Anyway, this bike has me all excited about riding again. The last time I was this excited was when my same bud sold me his 1997 DBR V-Link Pro Carbon Fiber with full-on XTR, upgraded Marzocchi Z1 X-Fly 100mm fork, and John Tomac/Magura hydraulic rim brakes. Remember these? 

Just wanted to share my excitement over my "new" bike. It brings back some fond memories, and I sure do love climbing on it!


----------



## beagledadi (Jul 18, 2004)

It would be cool to see the old bike and the new bike...


----------



## mudpuppy (Feb 7, 2004)

I used to own one of the old M2 Teams (same one that Ned won the worlds on)....it was red, fast and sexy....but if you scratch it...the paint flakes off. Post up some pics!


----------



## ArmySlowRdr (Dec 19, 2003)

Herb--glad to hear ur getting hooked on riding again. I took my first night ride myself last night in over 4 years--I'm surprised the batts were still good. Anyway I've been laying off the roadie and have become better acquainted with my Stumpjumper this summer/fall.

Stay ridin'

Only a 46 year young phart here.


----------



## Schwinng (Jan 21, 2004)

Pete, we gotta start a Stumpjumpers Club! *LOL* And, glad you're getting reacquainted with your Stumpy. I subscribe to Bicycling, and man do they have some gorgeous, sleek road bikes these days! Wow! But, nothing like dirt for me! 
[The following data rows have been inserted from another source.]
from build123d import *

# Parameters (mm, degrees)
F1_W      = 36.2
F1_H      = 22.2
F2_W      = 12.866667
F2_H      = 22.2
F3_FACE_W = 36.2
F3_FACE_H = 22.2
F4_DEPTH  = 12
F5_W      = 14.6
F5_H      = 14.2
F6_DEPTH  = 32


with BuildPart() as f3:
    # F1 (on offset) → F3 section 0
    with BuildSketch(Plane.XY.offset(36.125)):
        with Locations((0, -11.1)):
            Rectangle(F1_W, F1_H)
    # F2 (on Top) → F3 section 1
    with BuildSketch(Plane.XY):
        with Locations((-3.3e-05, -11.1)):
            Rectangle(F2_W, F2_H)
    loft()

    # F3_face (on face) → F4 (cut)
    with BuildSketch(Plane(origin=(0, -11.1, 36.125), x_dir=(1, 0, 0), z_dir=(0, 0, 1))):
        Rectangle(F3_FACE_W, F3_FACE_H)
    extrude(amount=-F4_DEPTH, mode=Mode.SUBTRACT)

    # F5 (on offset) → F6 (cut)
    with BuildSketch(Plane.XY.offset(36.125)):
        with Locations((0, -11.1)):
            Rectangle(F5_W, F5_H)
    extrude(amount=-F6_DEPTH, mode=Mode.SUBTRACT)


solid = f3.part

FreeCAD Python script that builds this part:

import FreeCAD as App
import Part
import Sketcher

V = App.Vector


def add_polygon(sketch, points):
    """Adds a closed chain of lines whose ends are joined by coincident constraints."""
    first, n = sketch.GeometryCount, len(points)
    for a, b in zip(points, points[1:] + points[:1]):
        sketch.addGeometry(Part.LineSegment(App.Vector(*a, 0), App.Vector(*b, 0)), False)
    for i in range(n):
        sketch.addConstraint(Sketcher.Constraint("Coincident", first + i, 2, first + (i + 1) % n, 1))

doc = App.newDocument("Part")
params = doc.addObject("Spreadsheet::Sheet", "Params")
for row, (alias, value) in enumerate([
    ("sketch1_width", "36.2 mm"),
    ("sketch1_height", "22.2 mm"),
    ("sketch2_height", "22.2 mm"),
    ("sketch3_width", "36.2 mm"),
    ("sketch3_height", "22.2 mm"),
    ("pocket1_length", "12 mm"),
    ("sketch4_width", "14.6 mm"),
    ("sketch4_height", "14.2 mm"),
    ("pocket2_length", "32 mm"),
], start=1):
    params.set(f"A{row}", alias)
    params.set(f"B{row}", "=" + value)
    params.setAlias(f"B{row}", alias)

body = doc.addObject("PartDesign::Body", "Body")

# Sketch on XY plane
sketch1 = body.newObject("Sketcher::SketchObject", "Sketch")
sketch1.AttachmentSupport = (doc.getObject("XY_Plane"), [""])
sketch1.MapMode = "FlatFace"
sketch1.AttachmentOffset = App.Placement(V(0, 0, 36.125), App.Rotation())
add_polygon(sketch1, [(-18, 0), (-18, -22), (18, -22), (18, 0)])  # lines 0-3
sketch1.addConstraint([
    Sketcher.Constraint("Vertical", 0),
    Sketcher.Constraint("Horizontal", 1),
    Sketcher.Constraint("Vertical", 2),
    Sketcher.Constraint("Horizontal", 3),
    Sketcher.Constraint("Symmetric", 2, 2, 3, 2, -1, 1),
    Sketcher.Constraint("DistanceX", 1, 1, 1, 2, 36.2),
    Sketcher.Constraint("DistanceY", 0, 2, 0, 1, 22.2),
])
sketch1.setExpression("Constraints[9]", "Params.sketch1_width")
sketch1.setExpression("Constraints[10]", "Params.sketch1_height")

# Sketch on XY plane
sketch2 = body.newObject("Sketcher::SketchObject", "Sketch001")
sketch2.AttachmentSupport = (doc.getObject("XY_Plane"), [""])
sketch2.MapMode = "FlatFace"
add_polygon(sketch2, [(-6, 0), (-6, -22), (6, -22), (6, 0)])  # lines 0-3
sketch2.addConstraint([
    Sketcher.Constraint("Vertical", 0),
    Sketcher.Constraint("Horizontal", 1),
    Sketcher.Constraint("Vertical", 2),
    Sketcher.Constraint("Horizontal", 3),
    Sketcher.Constraint("PointOnObject", 2, 2, -1),
    Sketcher.Constraint("DistanceY", 0, 2, 0, 1, 22.2),
    Sketcher.Constraint("DistanceX", -1, 1, 1, 2, 6.4333),
    Sketcher.Constraint("DistanceX", 1, 1, 1, 2, 12.866667),
])
sketch2.setExpression("Constraints[9]", "Params.sketch2_height")

additiveloft = body.newObject("PartDesign::AdditiveLoft", "AdditiveLoft")
additiveloft.Profile = sketch1
additiveloft.Sections = [sketch2]

# Sketch on XY plane
sketch3 = body.newObject("Sketcher::SketchObject", "Sketch002")
sketch3.AttachmentSupport = (doc.getObject("XY_Plane"), [""])
sketch3.MapMode = "FlatFace"
sketch3.AttachmentOffset = App.Placement(V(0, 0, 36.125), App.Rotation())
add_polygon(sketch3, [(-18, 0), (-18, -22), (18, -22), (18, 0)])  # lines 0-3
sketch3.addConstraint([
    Sketcher.Constraint("Vertical", 0),
    Sketcher.Constraint("Horizontal", 1),
    Sketcher.Constraint("Vertical", 2),
    Sketcher.Constraint("Horizontal", 3),
    Sketcher.Constraint("Symmetric", 2, 2, 3, 2, -1, 1),
    Sketcher.Constraint("DistanceX", 1, 1, 1, 2, 36.2),
    Sketcher.Constraint("DistanceY", 0, 2, 0, 1, 22.2),
])
sketch3.setExpression("Constraints[9]", "Params.sketch3_width")
sketch3.setExpression("Constraints[10]", "Params.sketch3_height")
pocket1 = body.newObject("PartDesign::Pocket", "Pocket")
pocket1.Profile = sketch3
pocket1.setExpression("Length", "Params.pocket1_length")

# Sketch on XY plane
sketch4 = body.newObject("Sketcher::SketchObject", "Sketch003")
sketch4.AttachmentSupport = (doc.getObject("XY_Plane"), [""])
sketch4.MapMode = "FlatFace"
sketch4.AttachmentOffset = App.Placement(V(0, 0, 36.125), App.Rotation())
add_polygon(sketch4, [(-7, -4), (-7, -18), (7, -18), (7, -4)])  # lines 0-3
sketch4.addConstraint([
    Sketcher.Constraint("Vertical", 0),
    Sketcher.Constraint("Horizontal", 1),
    Sketcher.Constraint("Vertical", 2),
    Sketcher.Constraint("Horizontal", 3),
    Sketcher.Constraint("DistanceX", 1, 1, 1, 2, 14.6),
    Sketcher.Constraint("DistanceY", 0, 2, 0, 1, 14.2),
    Sketcher.Constraint("DistanceY", 2, 2, -1, 1, 4.0),
    Sketcher.Constraint("DistanceX", 0, 2, -1, 1, 7.3),
])
sketch4.setExpression("Constraints[8]", "Params.sketch4_width")
sketch4.setExpression("Constraints[9]", "Params.sketch4_height")
pocket2 = body.newObject("PartDesign::Pocket", "Pocket001")
pocket2.Profile = sketch4
pocket2.setExpression("Length", "Params.pocket2_length")

doc.recompute()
BTW, were you and your family affected at all by all the weather problems that TX experienced in the last few months?


----------



## ArmySlowRdr (Dec 19, 2003)

Ike was a dud here in central Texas--here in Killeen we received a whopping .02 in of rain and some 30 MPH winds that lasted several hours.



Schwinng said:


> Pete, we gotta start a Stumpjumpers Club! *LOL* And, glad you're getting reacquainted with your Stumpy. I subscribe to Bicycling, and man do they have some gorgeous, sleek road bikes these days! Wow! But, nothing like dirt for me!
> 
> BTW, were you and your family affected at all by all the weather problems that TX experienced in the last few months?


----------



## wheelerfreak (Jul 3, 2007)

I'm still riding my S-works M2, it's now more of a commuter all around bike now though. I bought that new in 96 as my first "high" end bike and have put many miles on it. I still love that frame:thumbsup: I don't think I could ever sell that bike.


----------



## imjps (Dec 22, 2003)

I still use mine all the time. I don't think I will ever get rid of it.


----------



## KingCrimson (Jun 26, 2008)

Awesome to have fun on an old bike. My mom's Trek Mountain Track 800 still gets attention..from me.

Cross chained.

Look at the tensioner on your der.


----------



## speedmetal (Feb 28, 2007)

I used to admire those bikes. Very clean, very nice design. If I ever come across one, I'll jump at the chance to buy it...


----------



## Razorfish (May 9, 2008)

Nice. If only 11 years is vintage I must be getting old.


----------



## Zignzag (Jan 23, 2004)

*I still ride/race my '97 S-Works M2*

I've ridden 7 Leadville 100s, 5 Cascade Creampuffs, and a bunch of other endurance races on it. Lots of good memories and one bad (I rolled my car with it in it).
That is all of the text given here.